Implementation Notes

  • Integration: Backend calls t('progress.emptyGraphFailure') from _build_graph_worker. Frontend renders the same key in Step1GraphBuild.vue's failure surface (no code change — it already displays Task.error).
  • Validation: Smoke-test the key resolves in both locales (set_locale('en') / set_locale('zh')).
  • Risks: None — additive change.

Error Handling

Error Strategy

This spec contributes one new error case (progress.emptyGraphFailure) and re-uses the existing transport (TaskManager.fail_task → polling endpoint → frontend renders Task.error).
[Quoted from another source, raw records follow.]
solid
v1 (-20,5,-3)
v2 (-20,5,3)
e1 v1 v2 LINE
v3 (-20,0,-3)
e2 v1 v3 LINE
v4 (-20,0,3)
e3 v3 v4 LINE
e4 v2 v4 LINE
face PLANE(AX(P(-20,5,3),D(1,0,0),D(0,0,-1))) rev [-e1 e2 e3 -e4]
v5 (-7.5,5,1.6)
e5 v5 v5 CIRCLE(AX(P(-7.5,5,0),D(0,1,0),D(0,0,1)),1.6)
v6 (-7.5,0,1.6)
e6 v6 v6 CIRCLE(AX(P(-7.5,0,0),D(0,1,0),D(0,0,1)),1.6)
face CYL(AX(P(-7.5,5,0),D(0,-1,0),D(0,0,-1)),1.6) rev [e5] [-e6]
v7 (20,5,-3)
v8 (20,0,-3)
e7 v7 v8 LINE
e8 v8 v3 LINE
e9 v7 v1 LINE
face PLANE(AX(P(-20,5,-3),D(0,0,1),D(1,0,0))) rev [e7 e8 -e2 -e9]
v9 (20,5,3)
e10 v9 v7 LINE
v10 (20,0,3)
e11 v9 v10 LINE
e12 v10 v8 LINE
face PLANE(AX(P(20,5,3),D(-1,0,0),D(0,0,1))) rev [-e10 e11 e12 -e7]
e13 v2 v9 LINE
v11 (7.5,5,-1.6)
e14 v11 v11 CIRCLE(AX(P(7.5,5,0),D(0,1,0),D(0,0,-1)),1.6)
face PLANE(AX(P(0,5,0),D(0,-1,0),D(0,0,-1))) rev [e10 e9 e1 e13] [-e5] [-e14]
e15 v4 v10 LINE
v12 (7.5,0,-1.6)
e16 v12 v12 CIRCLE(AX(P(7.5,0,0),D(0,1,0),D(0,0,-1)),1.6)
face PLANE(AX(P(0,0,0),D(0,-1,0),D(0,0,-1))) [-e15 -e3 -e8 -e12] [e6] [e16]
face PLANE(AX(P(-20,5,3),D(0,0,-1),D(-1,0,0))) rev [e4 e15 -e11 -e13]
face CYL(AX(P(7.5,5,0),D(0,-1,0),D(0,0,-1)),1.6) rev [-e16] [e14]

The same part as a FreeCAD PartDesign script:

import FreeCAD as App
import Part
import Sketcher
from FreeCAD import Vector

doc = App.newDocument("Part")
body = doc.addObject("PartDesign::Body", "Body")

# Sketch on XZ plane
sketch1 = body.newObject("Sketcher::SketchObject", "Sketch")
sketch1.AttachmentSupport = (doc.getObject("XZ_Plane"), [""])
sketch1.MapMode = "FlatFace"
sketch1.addGeometry(Part.LineSegment(Vector(-20, -3, 0), Vector(-20, 3, 0)), False)
sketch1.addGeometry(Part.LineSegment(Vector(-20, 3, 0), Vector(20, 3, 0)), False)
sketch1.addGeometry(Part.LineSegment(Vector(20, 3, 0), Vector(20, -3, 0)), False)
sketch1.addGeometry(Part.LineSegment(Vector(20, -3, 0), Vector(-20, -3, 0)), False)
sketch1.addGeometry(Part.Circle(Vector(-7.5, 0, 0), Vector(0, 0, 1), 1.6), False)
sketch1.addGeometry(Part.Circle(Vector(7.5, 0, 0), Vector(0, 0, 1), 1.6), False)
sketch1.addConstraint(Sketcher.Constraint("Coincident", 0, 2, 1, 1))
sketch1.addConstraint(Sketcher.Constraint("Coincident", 1, 2, 2, 1))
sketch1.addConstraint(Sketcher.Constraint("Coincident", 2, 2, 3, 1))
sketch1.addConstraint(Sketcher.Constraint("Coincident", 3, 2, 0, 1))
sketch1.addConstraint(Sketcher.Constraint("Vertical", 0))
sketch1.addConstraint(Sketcher.Constraint("Horizontal", 1))
sketch1.addConstraint(Sketcher.Constraint("Vertical", 2))
sketch1.addConstraint(Sketcher.Constraint("Horizontal", 3))
sketch1.addConstraint(Sketcher.Constraint("Equal", 4, 5))
sketch1.addConstraint(Sketcher.Constraint("Symmetric", 4, 3, 5, 3, -1, 1))
sketch1.addConstraint(Sketcher.Constraint("Symmetric", 0, 2, 2, 2, -1, 1))
sketch1.addConstraint(Sketcher.Constraint("PointOnObject", 4, 3, -1))
sketch1.addConstraint(Sketcher.Constraint("Diameter", 4, 3.2))
sketch1.addConstraint(Sketcher.Constraint("DistanceX", 1, 1, 1, 2, 40.0))
sketch1.addConstraint(Sketcher.Constraint("DistanceY", 0, 1, 0, 2, 6.0))
sketch1.addConstraint(Sketcher.Constraint("DistanceX", 4, 3, 5, 3, 15.0))
pad1 = body.newObject("PartDesign::Pad", "Pad")
pad1.Profile = sketch1
pad1.Length = 5
pad1.Reversed = True

doc.recompute()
Error Categories and Responses

  • Embedder unreachable (e.g., Ollama not running): caught by _build_graph_worker's existing except Exception after add_batch raises. Task.FAILED with the underlying connection error.
  • Dim-mismatch override (operator points EMBEDDING_MODEL at a non-1024-dim model): caught by add_batch's loud-failure contract (Neo4j or graphiti-core raises). Task.FAILED with the underlying dim-mismatch error.
  • Empty graph after a clean add_batch (new case): caught by the gate. Task.FAILED with t('progress.emptyGraphFailure'). Logged at ERROR before the fail_task call.

Monitoring

  • Existing logger.exception / logger.error lines in graphiti_adapter.py and graph_builder.py carry the underlying error.
  • New logger.error('graph build produced 0 entities for group_id=%s', graph_id) line precedes the gate's fail_task call.

Testing Strategy

  • Unit-level smoke (manual, scripted): With Ollama down → npm run dev → start a graph build → expect Task.status = FAILED and Task.error containing a connectivity message. With Ollama up and mxbai-embed-large pulled → expect Task.status = COMPLETED and graph_info.node_count > 0.
  • Configuration smoke: Confirm Config.EMBEDDING_MODEL, Config.EMBEDDING_BASE_URL, Config.EMBEDDING_API_KEY resolve to the new defaults when .env is empty.
  • Backwards-compat smoke: With .env setting EMBEDDING_* to OpenAI's values, confirm _build_llm_and_embedder constructs the OpenAI embedder exactly as before (no observable change).
  • Gate unit-style test: Patch _get_graph_info to return GraphInfo(graph_id=…, node_count=0, edge_count=0, entity_types=[]) and assert the worker calls fail_task with the localised key (no real pytest harness expansion — short repro in PR description is sufficient given the existing minimal test policy).
  • End-to-end (Req 7): Graph build → env-setup (profile generation) → report-agent query on a representative seed file. PR description documents the run; if the maintainer cannot run it locally, the PR description states that explicitly.

Migration Strategy

flowchart LR
    Start[merge to main]
    Pull[operator runs ollama pull mxbai_embed_large]
    Restart[restart backend]
    Build[start fresh graph build]
    Verify[verify entities in Neo4j]
    Done[done]

    Start --> Pull
    Pull --> Restart
    Restart --> Build
    Build --> Verify
    Verify --> Done
  • Phase 1 (no operator action): For operators with explicit EMBEDDING_* overrides — no change. Pre-existing project graphs remain readable.
  • Phase 2 (default-using operators): One-time ollama pull mxbai-embed-large and restart. Pre-existing project graphs created against the previous default (1536-dim text-embedding-3-small with a Dashscope LLM key, which most likely already produced empty graphs per the ticket) are invalidated; operators rebuild them.
  • Rollback trigger: If an operator cannot run Ollama, they re-add the OpenAI or Gemini EMBEDDING_* block to .env (the README's commented fallback) and restart. No code rollback required.
  • Validation checkpoint: After the first graph build under the new defaults, the node_count > 0 gate proves the migration succeeded.